E’ ufficiale: la vecchia politica siciliana guarda con terrore alla nascita del Movimento 24 agosto (per il Sud)

E’ ufficiale: la vecchia politica siciliana guarda con terrore alla nascita del Movimento 24 agosto (per il Sud)
30 agosto 2019

Per anni la vecchia politica siciliana ha strumentalizzato in modo volgare, all’insegna del più becero trasformismo, l’Autonomia siciliana. Si presentavano come ‘Autonomisti’ mentre tradivano l’Autonomia. Ora hanno ‘annusato’ che con Movimento 24 agosto sta nascendo qualcosa che non controlleranno. Così adesso parlano addirittura del Sud… 

Eh sì, il nuovo soggetto politico del Sud – che per ora si chiama Movimento 24 agosto, ma che presto potrebbe avere un altro nome – comincia a fare un po’ di paura in Sicilia. Non tanto al centrosinistra, che di voti nella nostra Isola ne ha sempre avuto pochi (è vero che ha governato la Regione siciliana per nove anni, ma l’ha fatto grazie a ribaltoni, mai con voti genuini), quanto al centrodestra che in Sicilia di voti, invece, ne ha sempre presi tanti.

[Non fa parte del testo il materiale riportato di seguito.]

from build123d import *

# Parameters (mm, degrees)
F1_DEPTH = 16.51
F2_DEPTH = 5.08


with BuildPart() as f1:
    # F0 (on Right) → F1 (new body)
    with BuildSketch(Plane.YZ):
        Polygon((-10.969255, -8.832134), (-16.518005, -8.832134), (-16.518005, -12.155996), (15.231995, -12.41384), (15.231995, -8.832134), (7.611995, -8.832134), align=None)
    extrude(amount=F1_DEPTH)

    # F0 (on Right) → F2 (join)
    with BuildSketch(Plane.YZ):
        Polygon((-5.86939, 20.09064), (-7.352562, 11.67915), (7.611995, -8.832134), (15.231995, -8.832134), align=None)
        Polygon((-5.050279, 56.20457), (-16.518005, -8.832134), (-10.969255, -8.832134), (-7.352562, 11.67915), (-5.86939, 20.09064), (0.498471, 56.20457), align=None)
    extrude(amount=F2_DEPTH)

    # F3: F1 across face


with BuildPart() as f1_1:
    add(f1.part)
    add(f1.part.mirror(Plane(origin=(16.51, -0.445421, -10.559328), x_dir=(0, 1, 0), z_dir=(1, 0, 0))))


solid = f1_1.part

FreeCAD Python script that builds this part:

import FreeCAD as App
import Part
import Sketcher
from FreeCAD import Vector
Q = App.Units.Quantity

doc = App.newDocument("Part")
body = doc.addObject("PartDesign::Body", "Body")

# Sketch on YZ plane
sketch1 = body.newObject("Sketcher::SketchObject", "Sketch")
sketch1.AttachmentSupport = (doc.getObject("YZ_Plane"), [""])
sketch1.MapMode = "FlatFace"
sketch1.addGeometry([
    Part.LineSegment(Vector(-16.5, -8.8, 0), Vector(-16.5, -12.2, 0)),
    Part.LineSegment(Vector(-16.5, -12.2, 0), Vector(15.2, -12.4, 0)),
    Part.LineSegment(Vector(15.2, -12.4, 0), Vector(15.2, -8.8, 0)),
    Part.LineSegment(Vector(15.2, -8.8, 0), Vector(-16.5, -8.8, 0)),
], False)
sketch1.addConstraint([
    Sketcher.Constraint("Coincident", 0, 2, 1, 1),
    Sketcher.Constraint("Coincident", 1, 2, 2, 1),
    Sketcher.Constraint("Coincident", 2, 2, 3, 1),
    Sketcher.Constraint("Coincident", 3, 2, 0, 1),
    Sketcher.Constraint("Vertical", 0),
    Sketcher.Constraint("Vertical", 2),
    Sketcher.Constraint("Horizontal", 3),
    Sketcher.Constraint("DistanceX", 3, 2, 3, 1, Q("1.25 in")),
    Sketcher.Constraint("DistanceY", 0, 2, 0, 1, 3.323862),
    Sketcher.Constraint("DistanceY", 2, 1, 2, 2, 3.581706),
    Sketcher.Constraint("DistanceY", 1, 2, -1, 1, 12.41384),
    Sketcher.Constraint("DistanceX", 0, 2, -1, 1, 16.518005),
])
pad1 = body.newObject("PartDesign::Pad", "Pad")
pad1.Profile = sketch1
pad1.Length = Q("0.65 in")

# Sketch on YZ plane
sketch2 = body.newObject("Sketcher::SketchObject", "Sketch001")
sketch2.AttachmentSupport = (doc.getObject("YZ_Plane"), [""])
sketch2.MapMode = "FlatFace"
sketch2.addGeometry([
    Part.LineSegment(Vector(-7, 12, 0), Vector(8, -9, 0)),  # 0
    Part.LineSegment(Vector(8, -9, 0), Vector(15, -9, 0)),  # 1
    Part.LineSegment(Vector(15, -9, 0), Vector(-6, 20, 0)),  # 2
    Part.LineSegment(Vector(-6, 20, 0), Vector(0, 56, 0)),  # 3
    Part.LineSegment(Vector(0, 56, 0), Vector(-5, 56, 0)),  # 4
    Part.LineSegment(Vector(-5, 56, 0), Vector(-17, -9, 0)),  # 5
    Part.LineSegment(Vector(-17, -9, 0), Vector(-11, -9, 0)),  # 6
    Part.LineSegment(Vector(-11, -9, 0), Vector(-7, 12, 0)),  # 7
], False)
sketch2.addConstraint([
    Sketcher.Constraint("Coincident", 0, 2, 1, 1),
    Sketcher.Constraint("Coincident", 1, 2, 2, 1),
    Sketcher.Constraint("Coincident", 2, 2, 3, 1),
    Sketcher.Constraint("Coincident", 3, 2, 4, 1),
    Sketcher.Constraint("Coincident", 4, 2, 5, 1),
    Sketcher.Constraint("Coincident", 5, 2, 6, 1),
    Sketcher.Constraint("Coincident", 6, 2, 7, 1),
    Sketcher.Constraint("Coincident", 7, 2, 0, 1),
    Sketcher.Constraint("Horizontal", 1),
    Sketcher.Constraint("Horizontal", 4),
    Sketcher.Constraint("Horizontal", 6),
    Sketcher.Constraint("Parallel", 0, 2),
    Sketcher.Constraint("Parallel", 3, 5),
    Sketcher.Constraint("Parallel", 5, 7),
    Sketcher.Constraint("Horizontal", 1, 2, 5, 2),
    Sketcher.Constraint("Equal", 4, 6),
    Sketcher.Constraint("DistanceX", 1, 1, 1, 2, Q("0.3 in")),
    Sketcher.Constraint("Angle", 3, Q("79.999999 deg")),
    Sketcher.Constraint("Distance", 5, Q("2.6 in")),
    Sketcher.Constraint("DistanceX", 5, 2, 0, 2, Q("0.95 in")),
    Sketcher.Constraint("DistanceX", 4, 2, 4, 1, 5.54875),
    Sketcher.Constraint("Distance", 2, 35.802169),
    Sketcher.Constraint("DistanceX", 2, 2, -1, 1, 5.86939),
    Sketcher.Constraint("DistanceY", -1, 1, 2, 2, 20.09064),
])
pad2 = body.newObject("PartDesign::Pad", "Pad001")
pad2.Profile = sketch2
pad2.Length = Q("0.2 in")
body2 = doc.addObject("PartDesign::Body", "Body001")
doc.recompute()

body2.BaseFeature = body
doc.recompute()

mirroring = doc.addObject("Part::Mirroring", "Mirroring")
mirroring.Source = body
mirroring.Base = Vector(16.51, -0.445421, -10.559328)
mirroring.Normal = Vector(1, 0, 0)
body3 = doc.addObject("PartDesign::Body", "Body002")
body3.BaseFeature = mirroring
boolean = body2.newObject("PartDesign::Boolean", "Boolean")
boolean.Type = "Fuse"
boolean.addObjects([body3])
doc.recompute()
mirroring.Visibility = False

doc.recompute()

Ma adesso c’è molta paura, nel centrodestra. Anche perché il soggetto politico che è nato sei giorni addietro nel Parco della Grancia di Potenza – il citato Movimento 24 agosto – non potrà essere controllato dai soliti noti del finto autonomismo in salsa siciliana. Anche perché i soggetti che stanno dando vita all’iniziativa – a partire dallo scrittore e giornalista Pino Aprile, ma anche a tanti altri – sono fuori dai ‘giochi’ della vecchia politica.

Le vecchie glorie del vecchio finto autonomismo siciliano si sono già mobilitate da alcuni mesi, con iniziative organizzate qua e là. Ma hanno capito che non potranno mettere il ‘cappello’ sulla nuova iniziativa meridionalistica della Grancia. Così, non capendo quello che succederà – e non riuscendo a mettere sotto il controllo l’iniziativa che sta nascendo – mettono le mani avanti e si presentano come “meridionalisti”.

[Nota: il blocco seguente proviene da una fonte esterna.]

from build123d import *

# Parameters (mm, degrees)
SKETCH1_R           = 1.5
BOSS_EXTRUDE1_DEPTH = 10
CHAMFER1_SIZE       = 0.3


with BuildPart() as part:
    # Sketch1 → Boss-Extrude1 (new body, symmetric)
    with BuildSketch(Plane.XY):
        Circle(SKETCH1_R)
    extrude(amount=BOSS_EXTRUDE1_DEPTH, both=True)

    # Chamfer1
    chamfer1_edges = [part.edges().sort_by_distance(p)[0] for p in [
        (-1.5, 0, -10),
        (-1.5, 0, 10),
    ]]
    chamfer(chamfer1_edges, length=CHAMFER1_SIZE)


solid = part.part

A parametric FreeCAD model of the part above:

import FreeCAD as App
import Part
import Sketcher

V = App.Vector
Q = App.Units.Quantity


def edges_at(feature, points):
    """Names of the edges that pass closest to the given points."""
    edges = feature.Shape.Edges
    near = lambda p: min(range(len(edges)), key=lambda i: edges[i].distToShape(Part.Vertex(*p))[0])
    return sorted({f"Edge{near(p) + 1}" for p in points})

doc = App.newDocument("Part")
body = doc.addObject("PartDesign::Body", "Body")

# Sketch on XY plane
sketch1 = body.newObject("Sketcher::SketchObject", "Sketch")
sketch1.AttachmentSupport = (doc.getObject("XY_Plane"), [""])
sketch1.MapMode = "FlatFace"
sketch1.addGeometry(Part.Circle(V(0, 0, 0), V(0, 0, 1), 1.5), False)
sketch1.addConstraint(Sketcher.Constraint("Coincident", 0, 3, -1, 1))
sketch1.addConstraint(Sketcher.Constraint("Diameter", 0, Q("3 mm")))
pad1 = body.newObject("PartDesign::Pad", "Pad")
pad1.Profile = sketch1
pad1.Length = 20
pad1.Midplane = True
doc.recompute()

chamfer = body.newObject("PartDesign::Chamfer", "Chamfer")
chamfer.Base = (pad1, edges_at(pad1, [(-1.5, 0, -10), (-1.5, 0, 10)]))
chamfer.Size = 0.3

doc.recompute()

Il Presidente della Regione, Nello Musumeci, rispolvera il Sud in un post su Facebook ripreso dal Giornale di Sicilia on line:

“Il Sud Italia continua ad essere vergognosamente il grande assente nel confronto politico di questi ultimi giorni sul probabile nuovo governo M5S e PD. È la conferma di quanto andiamo sostenendo da mesi: il Mezzogiorno rimane, per alcune forze politiche, soltanto un grande contenitore di voti e gli elettori meridionali considerati come donatori di sangue fino all’anemia. Di quel sangue, proprio in questi giorni, si fa ‘mercato nero’ nei palazzi romani. Si vuole condannare il Sud a vivere di assistenzialismo e ancorarlo a una irrecuperabilità che alimenti solo rassegnazione e fuga dei giovani. E invece il Meridione, nella sua drammatica condizione, dovrebbe essere  una priorità nel programma di qualsiasi governo, per una credibile manovra anticiclica e una seria strategia di sviluppo”.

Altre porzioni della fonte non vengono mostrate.